Shortages force Asian coal to new high
By Javier Blas in London
Published: January 29 2008 00:54 | Last updated: January 29 2008 00:54
Coal prices in Asia jumped to a record high on Monday as the region suffered acute shortages because of disrupted supply in Australia, South Africa and China.
Cold weather, meanwhile, increased regional demand for power and hampered the transport of coal in China.
Weekly prices for the regional benchmark, Australia’s Newcastle coal, rose to $93.35 a tonne, up almost 75 per cent in the past year, according to the GlobalCoal trading platform. Analysts reported daily prices on Monday at over $100 a tonne.
The impact is spilling into other regions, with coal costs rising sharply in the US, Latin America and Europe. Rotterdam spot coal prices, the European benchmark, jumped to $130 a tonne, up from $68.5 a tonne a year ago.
Supply issues
Australia: Mining companies in Australia, the world’s largest producer, announced force majeure at several mines last week after flooding in the state of Queensland. Among those was one owned by BHP Billiton and Mitsubishi, which produce nearly half of Australia’s coal exports.
South Africa: Coal mines here, which produce about 10 per cent of the world’s coal exports, were evacuated last week after the country had extensive electricity blackouts. Some mines have restored production since then, but others are still halted.
China: Miners and port authorities were told last week to stop coal exports for two months to ensure the local market remains well supplied and to help end a severe power crisis.

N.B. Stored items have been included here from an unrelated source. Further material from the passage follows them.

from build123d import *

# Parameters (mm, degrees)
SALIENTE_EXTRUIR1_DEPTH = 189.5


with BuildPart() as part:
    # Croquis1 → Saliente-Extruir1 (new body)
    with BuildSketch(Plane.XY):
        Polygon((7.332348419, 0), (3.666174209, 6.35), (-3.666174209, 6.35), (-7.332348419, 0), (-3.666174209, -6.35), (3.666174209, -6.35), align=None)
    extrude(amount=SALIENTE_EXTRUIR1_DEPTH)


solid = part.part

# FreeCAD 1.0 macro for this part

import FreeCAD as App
import Part
import Sketcher
Q = App.Units.Quantity

doc = App.newDocument("Part")
params = doc.addObject("Spreadsheet::Sheet", "Params")
for row, (alias, value) in enumerate([
    ("pad1_length", "189.5 mm"),
], start=1):
    params.set(f"A{row}", alias)
    params.set(f"B{row}", "=" + value)
    params.setAlias(f"B{row}", alias)

body = doc.addObject("PartDesign::Body", "Body")

sketch1 = body.newObject("Sketcher::SketchObject", "Sketch")
sketch1.AttachmentSupport = (doc.getObject("XY_Plane"), [""])
sketch1.MapMode = "FlatFace"
sketch1.addGeometry([
    Part.LineSegment(App.Vector(7, 0, 0), App.Vector(4, 6, 0)),
    Part.LineSegment(App.Vector(4, 6, 0), App.Vector(-4, 6, 0)),
    Part.LineSegment(App.Vector(-4, 6, 0), App.Vector(-7, 0, 0)),
    Part.LineSegment(App.Vector(-7, 0, 0), App.Vector(-4, -6, 0)),
    Part.LineSegment(App.Vector(-4, -6, 0), App.Vector(4, -6, 0)),
    Part.LineSegment(App.Vector(4, -6, 0), App.Vector(7, 0, 0)),
], False)
sketch1.addConstraint([
    Sketcher.Constraint("Coincident", 0, 2, 1, 1),
    Sketcher.Constraint("Coincident", 1, 2, 2, 1),
    Sketcher.Constraint("Coincident", 2, 2, 3, 1),
    Sketcher.Constraint("Coincident", 3, 2, 4, 1),
    Sketcher.Constraint("Coincident", 4, 2, 5, 1),
    Sketcher.Constraint("Coincident", 5, 2, 0, 1),
    Sketcher.Constraint("Horizontal", 1),
    Sketcher.Constraint("Horizontal", 4),
    Sketcher.Constraint("Symmetric", 0, 2, 3, 2, -1, 1),
    Sketcher.Constraint("Symmetric", 2, 2, 5, 2, -1, 1),
    Sketcher.Constraint("PointOnObject", 2, 2, -1),
    Sketcher.Constraint("Parallel", 2, 5),
    Sketcher.Constraint("Vertical", 1, 2, 3, 2),
    Sketcher.Constraint("Angle", 0, Q("120 deg")),
    Sketcher.Constraint("DistanceY", 3, 2, 1, 2, 12.7),
    Sketcher.Constraint("DistanceX", 1, 2, 1, 1, 7.332348),
])
pad1 = body.newObject("PartDesign::Pad", "Pad")
pad1.Profile = sketch1
pad1.setExpression("Length", "Params.pad1_length")

doc.recompute()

In the short term, the price rises will raise the cost of electricity generation. The price rises also cast doubt on the long-term sustainability of coal as a cheaper option to fuel power stations than crude oil and natural gas.
The coal industry has witnessed a renaissance in the past five years, thanks to the development of so-called clean-coal technologies that reduce carbon dioxide emissions, and because coal is relatively abundant in Europe and the US. It has been presented as a more secure alternative to reliance on Middle East-dominated oil supplies.
But coal’s recent success has pushed up demand. The market has turned from one of abundant and cheap supplies to one of more scarce resources, in which even small supply disruptions can force large price jumps.
Emmanuel Fages, a coal analyst at Socie'te' Ge'ne'rale in Paris, said the coal market was already tight before the recent supply disruptions. It would take weeks rather than days, he said, before supply and demand balanced and prices eased.
“We will not see a downturn in prices, but we will see an easing after some weeks, starting in March or April,” Mr Fages added. On top of rising demand in China, the coal market is facing a short-term increase in consumption in Japan, as the country’s power utility, Tepco, relies more heavily on its coal thermal power plants to offset the impact of the closure of the Kashiwazaki-Kariwa nuclear plant after an earthquake in July.
The company imported 400,000 tonnes of coal last month, more than double the 187,000 tonnes it bought in December 2006.
Japanese and South Korean utilities are buying on the spot market to secure supplies after China imposed a ban last week on coal exports to keep its local market better supplied.
The coal market’s tightness and the supply disruptions suggest that the outcome of the current annual secretive price negotiations between the mining companies and the Japanese steelmaking industry will result in much higher prices.